Figure 2. The widely recognized causes of acid rain. (Madaan, 2016)


Innovations/technology and policy arrangements are critical in propelling the battle against the environmental pulverization air contamination has induced on the nation of China. With the decrease of carbon contamination which is brought about by coal burning, the atmosphere could be greatly altered on a positive scale. In contrast to different ventures, mining just uses the land they are uncovering. After a timeframe, the information on various biophysical components that researchers uphold can be utilized to re-establish the land that was wrecked. This methodology is executed in Canada as more citizens are becoming ecologically aware in the approaching danger of a worldwide temperature alteration (Withgott, Brennen, 2018, pg. 203). In addition, keeping away from extreme vehicle use via [image: ]carpooling, utilizing the public transportation system, biking, or appropriating electric autos can diminish the hazard China is placing on the worldwide environmental framework. Figure 3 displays the extreme traffic problem in China (Chan, 2018). There is scarcely any room between vehicles because of over the top measures in traffic. In hopes of reducing pollution and congestion, the government of China has come up with the even and odd rule in which vehicles that have an even last number on their plates can travel one day, while the vehicles that have an odd last number can travel the next (Patel, 2017). In regards to all the concerns China has upon the environment, it is continued to be the world’s largest global emitter if things don’t change in the not so distant future.

Figure 3. The extreme traffic problem in China. (Chan, 2018).

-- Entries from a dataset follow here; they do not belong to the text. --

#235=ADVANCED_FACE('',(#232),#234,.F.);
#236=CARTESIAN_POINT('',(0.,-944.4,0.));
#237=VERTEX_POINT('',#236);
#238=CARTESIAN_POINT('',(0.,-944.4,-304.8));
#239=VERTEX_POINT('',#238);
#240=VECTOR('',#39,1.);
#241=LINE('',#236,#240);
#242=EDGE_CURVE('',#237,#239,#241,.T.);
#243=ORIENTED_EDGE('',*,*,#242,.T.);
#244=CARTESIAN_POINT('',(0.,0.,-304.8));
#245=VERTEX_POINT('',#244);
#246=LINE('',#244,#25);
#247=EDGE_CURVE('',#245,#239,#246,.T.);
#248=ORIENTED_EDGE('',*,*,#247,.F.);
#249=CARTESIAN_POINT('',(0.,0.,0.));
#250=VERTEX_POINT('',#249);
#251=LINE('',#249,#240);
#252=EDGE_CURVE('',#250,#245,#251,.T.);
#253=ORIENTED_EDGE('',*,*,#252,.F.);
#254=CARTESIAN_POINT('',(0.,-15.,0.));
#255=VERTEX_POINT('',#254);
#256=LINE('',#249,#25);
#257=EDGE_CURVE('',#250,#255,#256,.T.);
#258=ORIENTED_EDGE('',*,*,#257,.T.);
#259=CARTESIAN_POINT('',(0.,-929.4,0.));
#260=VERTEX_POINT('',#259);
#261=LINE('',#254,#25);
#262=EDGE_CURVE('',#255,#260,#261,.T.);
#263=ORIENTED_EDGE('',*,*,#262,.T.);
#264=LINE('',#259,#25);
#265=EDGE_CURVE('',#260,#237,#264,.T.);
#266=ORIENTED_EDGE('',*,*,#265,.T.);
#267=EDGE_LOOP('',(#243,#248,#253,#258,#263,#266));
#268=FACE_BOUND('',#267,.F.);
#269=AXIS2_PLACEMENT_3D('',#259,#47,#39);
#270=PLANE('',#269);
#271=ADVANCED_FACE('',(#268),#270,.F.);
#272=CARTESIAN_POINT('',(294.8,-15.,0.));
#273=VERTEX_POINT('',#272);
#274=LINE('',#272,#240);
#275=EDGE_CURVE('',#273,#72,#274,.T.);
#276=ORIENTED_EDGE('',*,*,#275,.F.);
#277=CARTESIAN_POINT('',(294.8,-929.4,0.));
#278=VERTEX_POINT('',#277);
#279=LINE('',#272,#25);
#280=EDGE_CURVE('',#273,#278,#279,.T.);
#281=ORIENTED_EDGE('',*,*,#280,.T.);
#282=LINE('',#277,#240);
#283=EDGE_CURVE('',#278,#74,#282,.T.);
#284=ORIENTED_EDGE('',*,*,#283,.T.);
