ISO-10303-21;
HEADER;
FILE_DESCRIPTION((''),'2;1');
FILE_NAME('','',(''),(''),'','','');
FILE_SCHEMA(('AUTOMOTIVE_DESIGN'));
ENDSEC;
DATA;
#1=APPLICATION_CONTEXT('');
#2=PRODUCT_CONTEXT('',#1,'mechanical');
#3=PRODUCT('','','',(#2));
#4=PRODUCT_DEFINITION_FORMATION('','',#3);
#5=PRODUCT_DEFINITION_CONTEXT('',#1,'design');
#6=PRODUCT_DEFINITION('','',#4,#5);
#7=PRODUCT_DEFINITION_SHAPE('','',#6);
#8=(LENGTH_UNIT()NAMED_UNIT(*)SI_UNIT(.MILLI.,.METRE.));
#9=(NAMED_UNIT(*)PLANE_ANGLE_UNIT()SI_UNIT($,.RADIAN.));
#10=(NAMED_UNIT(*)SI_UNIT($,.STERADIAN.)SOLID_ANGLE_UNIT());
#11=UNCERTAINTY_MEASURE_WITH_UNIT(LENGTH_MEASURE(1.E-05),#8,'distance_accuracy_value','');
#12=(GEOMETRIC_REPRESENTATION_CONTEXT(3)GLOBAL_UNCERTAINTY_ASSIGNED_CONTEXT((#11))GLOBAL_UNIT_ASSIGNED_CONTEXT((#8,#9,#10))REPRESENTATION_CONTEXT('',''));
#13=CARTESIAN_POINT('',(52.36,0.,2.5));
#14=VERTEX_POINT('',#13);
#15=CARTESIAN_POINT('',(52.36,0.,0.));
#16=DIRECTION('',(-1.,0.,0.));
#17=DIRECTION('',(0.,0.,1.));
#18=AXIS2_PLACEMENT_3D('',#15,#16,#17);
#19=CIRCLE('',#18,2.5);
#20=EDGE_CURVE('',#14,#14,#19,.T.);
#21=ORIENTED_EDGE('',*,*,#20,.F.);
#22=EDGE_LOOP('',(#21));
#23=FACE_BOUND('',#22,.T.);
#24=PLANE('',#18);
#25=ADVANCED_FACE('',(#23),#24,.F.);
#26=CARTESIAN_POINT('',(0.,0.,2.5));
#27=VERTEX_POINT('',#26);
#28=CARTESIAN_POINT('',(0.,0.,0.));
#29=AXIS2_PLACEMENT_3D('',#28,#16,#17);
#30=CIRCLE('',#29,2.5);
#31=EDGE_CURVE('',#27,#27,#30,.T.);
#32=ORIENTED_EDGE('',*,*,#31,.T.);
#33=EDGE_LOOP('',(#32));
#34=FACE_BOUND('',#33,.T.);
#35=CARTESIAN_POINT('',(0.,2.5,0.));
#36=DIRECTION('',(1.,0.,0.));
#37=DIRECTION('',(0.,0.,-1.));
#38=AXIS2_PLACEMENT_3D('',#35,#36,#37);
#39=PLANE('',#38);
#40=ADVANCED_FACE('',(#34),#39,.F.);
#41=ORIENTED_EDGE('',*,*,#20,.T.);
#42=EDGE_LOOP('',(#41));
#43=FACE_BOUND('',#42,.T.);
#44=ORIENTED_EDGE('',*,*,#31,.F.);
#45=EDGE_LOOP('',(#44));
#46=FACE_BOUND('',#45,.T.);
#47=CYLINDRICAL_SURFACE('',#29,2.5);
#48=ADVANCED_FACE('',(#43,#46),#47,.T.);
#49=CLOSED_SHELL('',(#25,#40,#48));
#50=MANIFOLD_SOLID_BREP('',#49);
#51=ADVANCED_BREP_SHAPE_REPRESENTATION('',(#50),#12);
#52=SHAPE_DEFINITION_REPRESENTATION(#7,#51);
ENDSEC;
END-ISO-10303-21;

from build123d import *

# Parameters (mm, degrees)
SKETCH1_W = 52.36
SKETCH1_H = 2.5


with BuildPart() as part:
    # Sketch1 → Revolve1 (revolve)
    with BuildSketch(Plane.XY, mode=Mode.PRIVATE) as revolve1_sk:
        with Locations((26.18, 1.25)):
            Rectangle(SKETCH1_W, SKETCH1_H)
    revolve(revolve1_sk.sketch.rotate(Axis((0, 0, 0), (1, 0, 0)), 90), axis=Axis((0, 0, 0), (1, 0, 0)))


solid = part.part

Alternative solutions and recommendations

The causes of air pollution must be decreased all together for a protected environment. China needs to become increasingly familiarized with the significance of conserving and saving what’s left in the world. There is no returning to how the Earth used to be, but the least that should be assured is lessening the causes. The heavy burden of pollution in China is deeply rooted in the country’s emission-intensive industries and coal-dominated energy structure. The World Health Organization concluded that anthropogenic sources of emissions are complex and once emitted can be involved in complex chains of chemical reactions in the atmosphere that make it difficult to control secondary pollutants (Cleaner air for China, 2019). PM2.5, constitutes up to 70% of the concentration in metropolitan areas and although the concentration of PM2.5 is decreasing, the share of secondary compounds is heavily increasing (Cleaner air for China, 2019). In order to make progressive change, the focus of environmental controls should be broadened to other pollutants and their precursors. Furthermore, smaller vehicles, for example cruisers and bikes discharge a greater number of poisons into the air than automobiles; for this reason, there should be a more astute approach in making a progressively efficient vehicle. China also needs to question its policies on whether preventative measures are effective enough to decrease the associated risks of air pollution, along with the response relationships for risk assessment and the health effects of PM2.5 depending on the size and chemical speciation of aerosol particles (Zhu, 2017). The government of China should focus its efforts on the recommendations provided by the National Science Review Committee which prompted the fruitful control of acidic downpour in the 1980s and 1990s (Zhu, 2017). The committee shall serve the country as a safe haven to combat environmental and social change as it has in the past. Although there is a lot that China needs to focus on to control air pollution, they have however made a good effort to reduce their own emissions and to inform efforts to control pollution in other countries.